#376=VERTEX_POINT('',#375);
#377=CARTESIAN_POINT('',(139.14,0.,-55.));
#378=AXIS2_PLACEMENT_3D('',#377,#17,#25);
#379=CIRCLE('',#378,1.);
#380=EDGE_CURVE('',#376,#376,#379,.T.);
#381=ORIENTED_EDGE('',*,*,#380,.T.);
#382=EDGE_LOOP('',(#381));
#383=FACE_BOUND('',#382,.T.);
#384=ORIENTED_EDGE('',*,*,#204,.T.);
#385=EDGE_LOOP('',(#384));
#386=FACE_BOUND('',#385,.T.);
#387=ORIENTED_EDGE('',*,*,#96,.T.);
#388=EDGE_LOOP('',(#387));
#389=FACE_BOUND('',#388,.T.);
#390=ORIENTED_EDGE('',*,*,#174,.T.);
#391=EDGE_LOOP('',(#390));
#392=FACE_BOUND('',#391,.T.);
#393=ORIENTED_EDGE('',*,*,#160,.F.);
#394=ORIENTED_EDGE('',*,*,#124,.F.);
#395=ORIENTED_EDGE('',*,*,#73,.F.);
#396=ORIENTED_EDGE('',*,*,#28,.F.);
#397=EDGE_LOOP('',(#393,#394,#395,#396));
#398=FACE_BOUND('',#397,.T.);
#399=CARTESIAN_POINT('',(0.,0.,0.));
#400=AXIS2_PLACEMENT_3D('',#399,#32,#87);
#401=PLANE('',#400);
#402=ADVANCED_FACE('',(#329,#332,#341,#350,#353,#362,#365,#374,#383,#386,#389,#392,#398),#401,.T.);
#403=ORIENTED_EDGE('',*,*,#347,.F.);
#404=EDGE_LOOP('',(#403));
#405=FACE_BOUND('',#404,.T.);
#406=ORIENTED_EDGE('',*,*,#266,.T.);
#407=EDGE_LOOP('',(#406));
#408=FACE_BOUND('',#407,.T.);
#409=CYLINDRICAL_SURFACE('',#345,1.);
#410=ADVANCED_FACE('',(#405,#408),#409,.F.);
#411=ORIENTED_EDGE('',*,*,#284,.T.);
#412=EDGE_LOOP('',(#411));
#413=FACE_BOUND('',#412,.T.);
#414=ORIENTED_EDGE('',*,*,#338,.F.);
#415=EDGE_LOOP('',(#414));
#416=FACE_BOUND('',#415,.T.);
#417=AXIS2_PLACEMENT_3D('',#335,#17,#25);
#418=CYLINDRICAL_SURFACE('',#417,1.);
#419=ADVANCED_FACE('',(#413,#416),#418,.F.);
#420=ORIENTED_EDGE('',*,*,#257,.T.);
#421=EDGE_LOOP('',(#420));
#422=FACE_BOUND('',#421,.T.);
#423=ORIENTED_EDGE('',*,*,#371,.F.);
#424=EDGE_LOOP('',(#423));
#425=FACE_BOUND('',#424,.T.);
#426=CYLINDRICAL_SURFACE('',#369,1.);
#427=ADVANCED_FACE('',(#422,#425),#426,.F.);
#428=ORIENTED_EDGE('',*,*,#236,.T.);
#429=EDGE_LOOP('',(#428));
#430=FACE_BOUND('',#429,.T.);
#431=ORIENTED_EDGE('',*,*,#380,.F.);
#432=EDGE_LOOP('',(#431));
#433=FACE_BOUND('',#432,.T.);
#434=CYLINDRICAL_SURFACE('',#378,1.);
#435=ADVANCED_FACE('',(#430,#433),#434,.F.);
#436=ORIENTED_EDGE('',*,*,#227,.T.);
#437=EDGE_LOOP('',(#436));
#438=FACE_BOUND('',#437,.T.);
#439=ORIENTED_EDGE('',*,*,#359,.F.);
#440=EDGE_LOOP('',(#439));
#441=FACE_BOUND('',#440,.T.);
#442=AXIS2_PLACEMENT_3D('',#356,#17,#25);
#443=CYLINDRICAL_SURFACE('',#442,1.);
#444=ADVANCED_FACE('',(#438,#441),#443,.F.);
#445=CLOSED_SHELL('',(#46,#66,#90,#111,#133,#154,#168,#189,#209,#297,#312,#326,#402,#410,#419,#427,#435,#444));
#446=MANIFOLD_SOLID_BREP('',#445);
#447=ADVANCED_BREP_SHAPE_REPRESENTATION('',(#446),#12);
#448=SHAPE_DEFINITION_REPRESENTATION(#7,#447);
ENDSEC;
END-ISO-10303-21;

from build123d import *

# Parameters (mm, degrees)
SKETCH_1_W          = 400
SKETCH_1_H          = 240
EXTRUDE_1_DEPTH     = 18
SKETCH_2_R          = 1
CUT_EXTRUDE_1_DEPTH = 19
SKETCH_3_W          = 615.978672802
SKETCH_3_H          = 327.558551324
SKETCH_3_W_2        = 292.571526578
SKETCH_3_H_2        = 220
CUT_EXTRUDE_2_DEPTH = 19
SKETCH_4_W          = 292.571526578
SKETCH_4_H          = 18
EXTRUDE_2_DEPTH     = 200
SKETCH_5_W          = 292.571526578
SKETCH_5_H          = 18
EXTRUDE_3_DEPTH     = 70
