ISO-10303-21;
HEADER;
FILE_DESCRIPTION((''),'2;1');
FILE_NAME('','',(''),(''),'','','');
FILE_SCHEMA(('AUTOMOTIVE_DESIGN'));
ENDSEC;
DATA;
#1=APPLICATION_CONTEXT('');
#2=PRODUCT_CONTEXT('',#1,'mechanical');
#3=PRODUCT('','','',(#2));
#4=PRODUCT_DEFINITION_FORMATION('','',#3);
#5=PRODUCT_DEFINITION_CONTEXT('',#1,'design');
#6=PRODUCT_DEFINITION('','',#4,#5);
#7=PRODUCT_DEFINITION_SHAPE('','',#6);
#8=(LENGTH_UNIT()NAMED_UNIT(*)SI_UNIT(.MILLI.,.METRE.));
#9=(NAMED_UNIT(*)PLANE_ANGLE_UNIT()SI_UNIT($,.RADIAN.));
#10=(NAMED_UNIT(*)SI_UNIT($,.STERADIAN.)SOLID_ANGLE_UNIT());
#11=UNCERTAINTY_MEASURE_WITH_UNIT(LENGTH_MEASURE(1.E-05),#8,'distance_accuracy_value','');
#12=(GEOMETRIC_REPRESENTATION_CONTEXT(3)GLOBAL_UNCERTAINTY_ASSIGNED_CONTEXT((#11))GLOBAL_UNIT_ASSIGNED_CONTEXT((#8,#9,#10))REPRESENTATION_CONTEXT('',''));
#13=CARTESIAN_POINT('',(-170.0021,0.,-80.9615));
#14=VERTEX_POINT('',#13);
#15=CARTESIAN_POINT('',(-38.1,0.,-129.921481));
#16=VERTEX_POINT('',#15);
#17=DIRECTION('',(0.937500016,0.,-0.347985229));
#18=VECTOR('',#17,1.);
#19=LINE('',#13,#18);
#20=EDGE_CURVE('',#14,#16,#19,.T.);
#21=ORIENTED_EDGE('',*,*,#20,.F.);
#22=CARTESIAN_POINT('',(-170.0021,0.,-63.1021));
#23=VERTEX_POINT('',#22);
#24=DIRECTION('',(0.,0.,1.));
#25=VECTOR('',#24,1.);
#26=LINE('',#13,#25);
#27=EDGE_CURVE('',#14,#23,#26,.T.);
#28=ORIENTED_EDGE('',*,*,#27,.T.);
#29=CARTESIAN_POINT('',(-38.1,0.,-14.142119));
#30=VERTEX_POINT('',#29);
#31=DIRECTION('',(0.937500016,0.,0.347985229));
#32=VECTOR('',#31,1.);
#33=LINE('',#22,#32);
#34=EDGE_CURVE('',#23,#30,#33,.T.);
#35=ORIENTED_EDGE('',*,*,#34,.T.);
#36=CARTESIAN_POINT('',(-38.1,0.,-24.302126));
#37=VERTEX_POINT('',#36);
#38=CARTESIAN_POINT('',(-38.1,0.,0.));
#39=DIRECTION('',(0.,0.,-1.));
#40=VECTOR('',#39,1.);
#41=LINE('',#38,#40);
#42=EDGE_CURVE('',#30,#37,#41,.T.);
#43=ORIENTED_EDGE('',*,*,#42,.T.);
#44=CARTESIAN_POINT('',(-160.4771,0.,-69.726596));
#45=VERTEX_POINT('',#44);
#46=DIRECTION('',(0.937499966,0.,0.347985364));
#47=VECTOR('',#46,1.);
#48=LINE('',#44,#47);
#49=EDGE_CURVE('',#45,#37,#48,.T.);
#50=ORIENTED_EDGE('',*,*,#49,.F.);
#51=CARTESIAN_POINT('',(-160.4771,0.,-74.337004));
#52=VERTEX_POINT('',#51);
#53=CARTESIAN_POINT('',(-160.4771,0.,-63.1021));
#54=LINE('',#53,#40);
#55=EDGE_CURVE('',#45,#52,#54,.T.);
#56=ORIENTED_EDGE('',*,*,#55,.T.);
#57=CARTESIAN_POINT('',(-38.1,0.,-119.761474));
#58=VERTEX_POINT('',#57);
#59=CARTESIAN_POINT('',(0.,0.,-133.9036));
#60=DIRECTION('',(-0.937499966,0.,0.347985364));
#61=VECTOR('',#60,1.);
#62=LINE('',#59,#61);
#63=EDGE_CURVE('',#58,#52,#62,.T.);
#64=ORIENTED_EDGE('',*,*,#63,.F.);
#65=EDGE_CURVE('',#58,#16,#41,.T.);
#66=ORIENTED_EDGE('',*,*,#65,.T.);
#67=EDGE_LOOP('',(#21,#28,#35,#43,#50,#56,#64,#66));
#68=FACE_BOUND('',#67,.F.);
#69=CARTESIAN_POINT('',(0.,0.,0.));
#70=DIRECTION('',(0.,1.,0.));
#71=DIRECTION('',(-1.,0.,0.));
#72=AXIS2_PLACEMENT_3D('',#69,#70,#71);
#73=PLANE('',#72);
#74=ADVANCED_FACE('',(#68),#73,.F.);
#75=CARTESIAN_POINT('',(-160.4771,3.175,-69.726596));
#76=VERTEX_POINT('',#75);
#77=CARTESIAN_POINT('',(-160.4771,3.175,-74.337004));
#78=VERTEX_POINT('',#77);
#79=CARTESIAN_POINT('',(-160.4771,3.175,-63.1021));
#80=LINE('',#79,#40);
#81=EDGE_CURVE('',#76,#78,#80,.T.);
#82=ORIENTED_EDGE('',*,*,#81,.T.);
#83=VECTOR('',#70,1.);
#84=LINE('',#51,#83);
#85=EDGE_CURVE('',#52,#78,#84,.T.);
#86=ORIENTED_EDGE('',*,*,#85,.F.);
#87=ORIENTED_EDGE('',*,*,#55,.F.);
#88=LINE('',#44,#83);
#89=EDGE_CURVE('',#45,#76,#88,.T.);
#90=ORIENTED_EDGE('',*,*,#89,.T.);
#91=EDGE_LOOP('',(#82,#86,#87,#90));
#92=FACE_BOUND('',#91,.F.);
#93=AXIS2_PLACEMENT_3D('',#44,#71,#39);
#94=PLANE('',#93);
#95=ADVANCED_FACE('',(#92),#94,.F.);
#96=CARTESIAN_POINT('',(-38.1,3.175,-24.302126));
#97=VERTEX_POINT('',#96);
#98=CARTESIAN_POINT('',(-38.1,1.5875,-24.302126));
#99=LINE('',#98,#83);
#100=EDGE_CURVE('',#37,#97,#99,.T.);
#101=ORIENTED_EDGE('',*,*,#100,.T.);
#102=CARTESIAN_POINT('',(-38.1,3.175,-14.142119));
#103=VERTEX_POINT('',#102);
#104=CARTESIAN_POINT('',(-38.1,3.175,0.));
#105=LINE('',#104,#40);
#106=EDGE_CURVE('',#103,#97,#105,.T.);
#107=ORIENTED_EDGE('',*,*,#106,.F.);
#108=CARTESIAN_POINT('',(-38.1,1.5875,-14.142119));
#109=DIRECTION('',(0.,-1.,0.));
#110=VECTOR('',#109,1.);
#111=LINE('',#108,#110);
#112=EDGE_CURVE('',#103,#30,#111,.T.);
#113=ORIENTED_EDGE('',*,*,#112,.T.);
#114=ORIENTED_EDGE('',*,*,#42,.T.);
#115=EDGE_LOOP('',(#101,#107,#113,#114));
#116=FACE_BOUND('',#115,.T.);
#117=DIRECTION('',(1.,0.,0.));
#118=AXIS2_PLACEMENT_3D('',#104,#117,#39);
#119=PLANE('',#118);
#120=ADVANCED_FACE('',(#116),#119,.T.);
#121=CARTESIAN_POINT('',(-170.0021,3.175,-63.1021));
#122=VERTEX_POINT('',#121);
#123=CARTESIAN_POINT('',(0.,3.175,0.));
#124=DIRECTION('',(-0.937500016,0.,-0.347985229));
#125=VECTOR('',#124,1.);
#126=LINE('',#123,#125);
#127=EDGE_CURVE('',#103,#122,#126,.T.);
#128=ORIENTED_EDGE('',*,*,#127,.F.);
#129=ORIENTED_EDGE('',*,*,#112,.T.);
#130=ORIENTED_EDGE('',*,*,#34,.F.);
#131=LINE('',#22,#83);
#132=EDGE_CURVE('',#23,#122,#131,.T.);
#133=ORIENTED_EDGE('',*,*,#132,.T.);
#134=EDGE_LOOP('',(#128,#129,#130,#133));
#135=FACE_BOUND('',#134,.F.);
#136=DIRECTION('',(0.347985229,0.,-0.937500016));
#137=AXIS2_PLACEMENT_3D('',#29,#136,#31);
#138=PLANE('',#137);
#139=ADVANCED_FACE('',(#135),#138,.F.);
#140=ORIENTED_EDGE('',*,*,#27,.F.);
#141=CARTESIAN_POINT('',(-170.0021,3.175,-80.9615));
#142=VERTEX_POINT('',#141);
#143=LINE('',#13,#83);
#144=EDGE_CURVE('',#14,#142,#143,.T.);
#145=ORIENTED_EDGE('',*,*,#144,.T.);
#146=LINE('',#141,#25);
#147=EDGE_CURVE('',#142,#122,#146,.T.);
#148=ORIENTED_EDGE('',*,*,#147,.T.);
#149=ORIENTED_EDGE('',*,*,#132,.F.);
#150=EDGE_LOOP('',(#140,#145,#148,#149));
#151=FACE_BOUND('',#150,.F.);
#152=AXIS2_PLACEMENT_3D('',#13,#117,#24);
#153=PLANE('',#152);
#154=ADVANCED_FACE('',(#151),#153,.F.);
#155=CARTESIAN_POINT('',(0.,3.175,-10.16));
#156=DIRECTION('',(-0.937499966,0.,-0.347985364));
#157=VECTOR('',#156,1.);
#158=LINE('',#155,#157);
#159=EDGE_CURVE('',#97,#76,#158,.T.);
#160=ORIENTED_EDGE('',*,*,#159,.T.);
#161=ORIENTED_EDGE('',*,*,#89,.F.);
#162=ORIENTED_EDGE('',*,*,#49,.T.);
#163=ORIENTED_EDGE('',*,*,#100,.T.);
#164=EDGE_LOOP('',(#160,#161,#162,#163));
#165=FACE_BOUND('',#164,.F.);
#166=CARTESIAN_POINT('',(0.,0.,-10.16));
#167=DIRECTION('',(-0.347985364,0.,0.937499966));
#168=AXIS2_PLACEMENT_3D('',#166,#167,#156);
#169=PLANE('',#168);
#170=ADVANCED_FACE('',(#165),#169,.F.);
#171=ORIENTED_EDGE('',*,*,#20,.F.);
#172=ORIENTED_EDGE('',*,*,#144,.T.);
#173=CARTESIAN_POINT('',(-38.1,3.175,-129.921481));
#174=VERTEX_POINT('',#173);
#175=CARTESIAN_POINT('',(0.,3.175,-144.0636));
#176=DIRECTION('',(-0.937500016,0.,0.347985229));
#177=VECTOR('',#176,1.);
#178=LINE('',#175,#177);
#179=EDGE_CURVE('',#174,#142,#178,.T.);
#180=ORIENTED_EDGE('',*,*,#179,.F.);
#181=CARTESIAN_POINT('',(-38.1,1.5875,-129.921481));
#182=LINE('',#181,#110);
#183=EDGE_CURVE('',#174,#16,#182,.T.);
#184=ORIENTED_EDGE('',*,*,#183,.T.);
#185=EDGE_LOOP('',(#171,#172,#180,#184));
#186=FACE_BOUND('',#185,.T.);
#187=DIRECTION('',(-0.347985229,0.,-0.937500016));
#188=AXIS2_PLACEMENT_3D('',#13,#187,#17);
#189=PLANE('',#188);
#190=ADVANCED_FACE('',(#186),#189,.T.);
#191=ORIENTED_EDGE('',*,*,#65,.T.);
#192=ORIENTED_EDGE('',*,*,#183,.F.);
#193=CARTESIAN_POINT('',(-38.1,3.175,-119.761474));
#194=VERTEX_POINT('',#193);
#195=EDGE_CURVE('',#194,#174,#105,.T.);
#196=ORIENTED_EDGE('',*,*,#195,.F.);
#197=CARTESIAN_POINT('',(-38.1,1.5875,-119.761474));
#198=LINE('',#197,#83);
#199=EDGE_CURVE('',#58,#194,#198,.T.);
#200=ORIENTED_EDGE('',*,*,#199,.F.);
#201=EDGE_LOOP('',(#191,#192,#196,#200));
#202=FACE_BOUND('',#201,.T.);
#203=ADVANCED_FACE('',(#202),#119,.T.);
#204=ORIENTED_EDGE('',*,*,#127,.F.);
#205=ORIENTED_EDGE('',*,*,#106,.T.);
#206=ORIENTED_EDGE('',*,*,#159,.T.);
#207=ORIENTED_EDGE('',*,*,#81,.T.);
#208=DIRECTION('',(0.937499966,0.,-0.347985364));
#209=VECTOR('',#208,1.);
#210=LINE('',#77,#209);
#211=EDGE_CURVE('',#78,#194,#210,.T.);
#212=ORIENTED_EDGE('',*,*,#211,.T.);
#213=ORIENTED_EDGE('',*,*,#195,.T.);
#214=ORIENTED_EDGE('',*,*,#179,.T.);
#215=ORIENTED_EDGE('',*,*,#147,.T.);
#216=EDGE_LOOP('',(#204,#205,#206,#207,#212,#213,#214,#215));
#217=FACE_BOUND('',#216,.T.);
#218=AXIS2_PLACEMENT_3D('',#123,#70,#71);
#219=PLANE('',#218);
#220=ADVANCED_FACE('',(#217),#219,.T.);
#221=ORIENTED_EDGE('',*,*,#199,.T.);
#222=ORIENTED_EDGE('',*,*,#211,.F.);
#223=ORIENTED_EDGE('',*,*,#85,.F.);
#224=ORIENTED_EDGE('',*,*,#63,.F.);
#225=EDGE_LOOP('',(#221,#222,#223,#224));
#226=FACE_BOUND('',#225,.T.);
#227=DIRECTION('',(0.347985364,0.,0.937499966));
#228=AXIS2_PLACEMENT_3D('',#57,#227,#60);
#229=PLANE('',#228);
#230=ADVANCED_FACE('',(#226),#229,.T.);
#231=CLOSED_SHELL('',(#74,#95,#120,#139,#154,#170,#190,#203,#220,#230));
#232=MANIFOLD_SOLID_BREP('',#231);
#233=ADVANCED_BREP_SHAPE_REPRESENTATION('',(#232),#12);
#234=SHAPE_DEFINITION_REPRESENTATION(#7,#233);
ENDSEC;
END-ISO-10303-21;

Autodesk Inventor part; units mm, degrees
ref_plane "YZ Plane" through (0, 0, 0) normal (1, 0, 0) x (0, 1, 0)
ref_plane "XZ Plane" through (0, 0, 0) normal (0, 1, 0) x (-1, 0, 0)
ref_plane "XY Plane" through (0, 0, 0) normal (0, 0, 1) x (1, 0, 0)
sketch "Sketch1" plane through (0, 0, 0) normal (0, 1, 0) x (-1, 0, 0)
  line L0 (0, 0) -> (0, -10.16)
  line L1 (0, -10.16) -> (166.6875, -72.0318)
  line L2 (166.6875, -72.0318) -> (170.0021, -63.1021)
  line L3 (170.0021, -63.1021) -> (0, 0)
  line L4 (0, -133.9036) -> (166.6875, -72.0318)
  line L5 (170.0021, -80.9615) -> (0, -144.0636)
  line L6 (0, -144.0636) -> (0, -133.9036)
  line L7 (166.6875, -72.0318) -> (170.0021, -80.9615)
  line L8 (170.0021, -63.1021) -> (160.4771, -63.1021)
  line L9 (160.4771, -63.1021) -> (160.4771, -80.9615)
  line L10 (160.4771, -80.9615) -> (170.0021, -80.9615)
  line L11 (170.0021, -80.9615) -> (170.0021, -63.1021)
  line L12 (0, 0) -> (38.1, 0)
  line L13 (38.1, 0) -> (38.1, -144.0636)
  line L14 (38.1, -144.0636) -> (0, -144.0636)
  line L15 (0, -144.0636) -> (0, 0)
  point P0 (160.4771, -69.7266)
  point P1 (160.4771, -74.337)
  dimension "d0" = 10.16
  dimension "d1" = 9.525
  dimension "d2" = 177.8
  dimension "d3" = 177.8
  dimension "d4" = 10.16
  dimension "d5" = 9.525
  dimension "d6" = 9.525
  dimension "d9" = 38.1
extrude "Extrusion1" add sketch "Sketch1" along normal blind 3.175 contours L3 L13 L1 L0 | L3 L8 L9 L1 L13 | L4 L13 L5 L6 | L11 L7 L2 | L2 L1 L9 L8 | L1 L4 L9 | L4 L9 L10 L5 L13 | L7 L10 L9 L4
sketch "Sketch2" plane through (0, 3.175, 0) normal (0, 1, 0) x (1, 0, 0)
  line L0 (0, 0) -> (0, 10.16) projected
  line L1 (0, 0) -> (-38.1, 0)
  line L2 (-38.1, 0) -> (-38.1, 144.0636)
  line L3 (-38.1, 144.0636) -> (0, 144.0636)
  line L4 (0, 144.0636) -> (0, 0)
  dimension "d10" = 38.1
extrude "Extrusion2" cut sketch "Sketch2" against normal blind 3.175
properties part number "Projectile Launcher Back" material "Wood (Birch)"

EXERCISE OBJECTIVE
Write out exactly the lines from the start of the material through the line with "#401=PLANE('',#400);". No other output is expected.

TASK RESULT
#376=VERTEX_POINT('',#375);
#377=CARTESIAN_POINT('',(139.14,0.,-55.));
#378=AXIS2_PLACEMENT_3D('',#377,#17,#25);
#379=CIRCLE('',#378,1.);
#380=EDGE_CURVE('',#376,#376,#379,.T.);
#381=ORIENTED_EDGE('',*,*,#380,.T.);
#382=EDGE_LOOP('',(#381));
#383=FACE_BOUND('',#382,.T.);
#384=ORIENTED_EDGE('',*,*,#204,.T.);
#385=EDGE_LOOP('',(#384));
#386=FACE_BOUND('',#385,.T.);
#387=ORIENTED_EDGE('',*,*,#96,.T.);
#388=EDGE_LOOP('',(#387));
#389=FACE_BOUND('',#388,.T.);
#390=ORIENTED_EDGE('',*,*,#174,.T.);
#391=EDGE_LOOP('',(#390));
#392=FACE_BOUND('',#391,.T.);
#393=ORIENTED_EDGE('',*,*,#160,.F.);
#394=ORIENTED_EDGE('',*,*,#124,.F.);
#395=ORIENTED_EDGE('',*,*,#73,.F.);
#396=ORIENTED_EDGE('',*,*,#28,.F.);
#397=EDGE_LOOP('',(#393,#394,#395,#396));
#398=FACE_BOUND('',#397,.T.);
#399=CARTESIAN_POINT('',(0.,0.,0.));
#400=AXIS2_PLACEMENT_3D('',#399,#32,#87);
#401=PLANE('',#400);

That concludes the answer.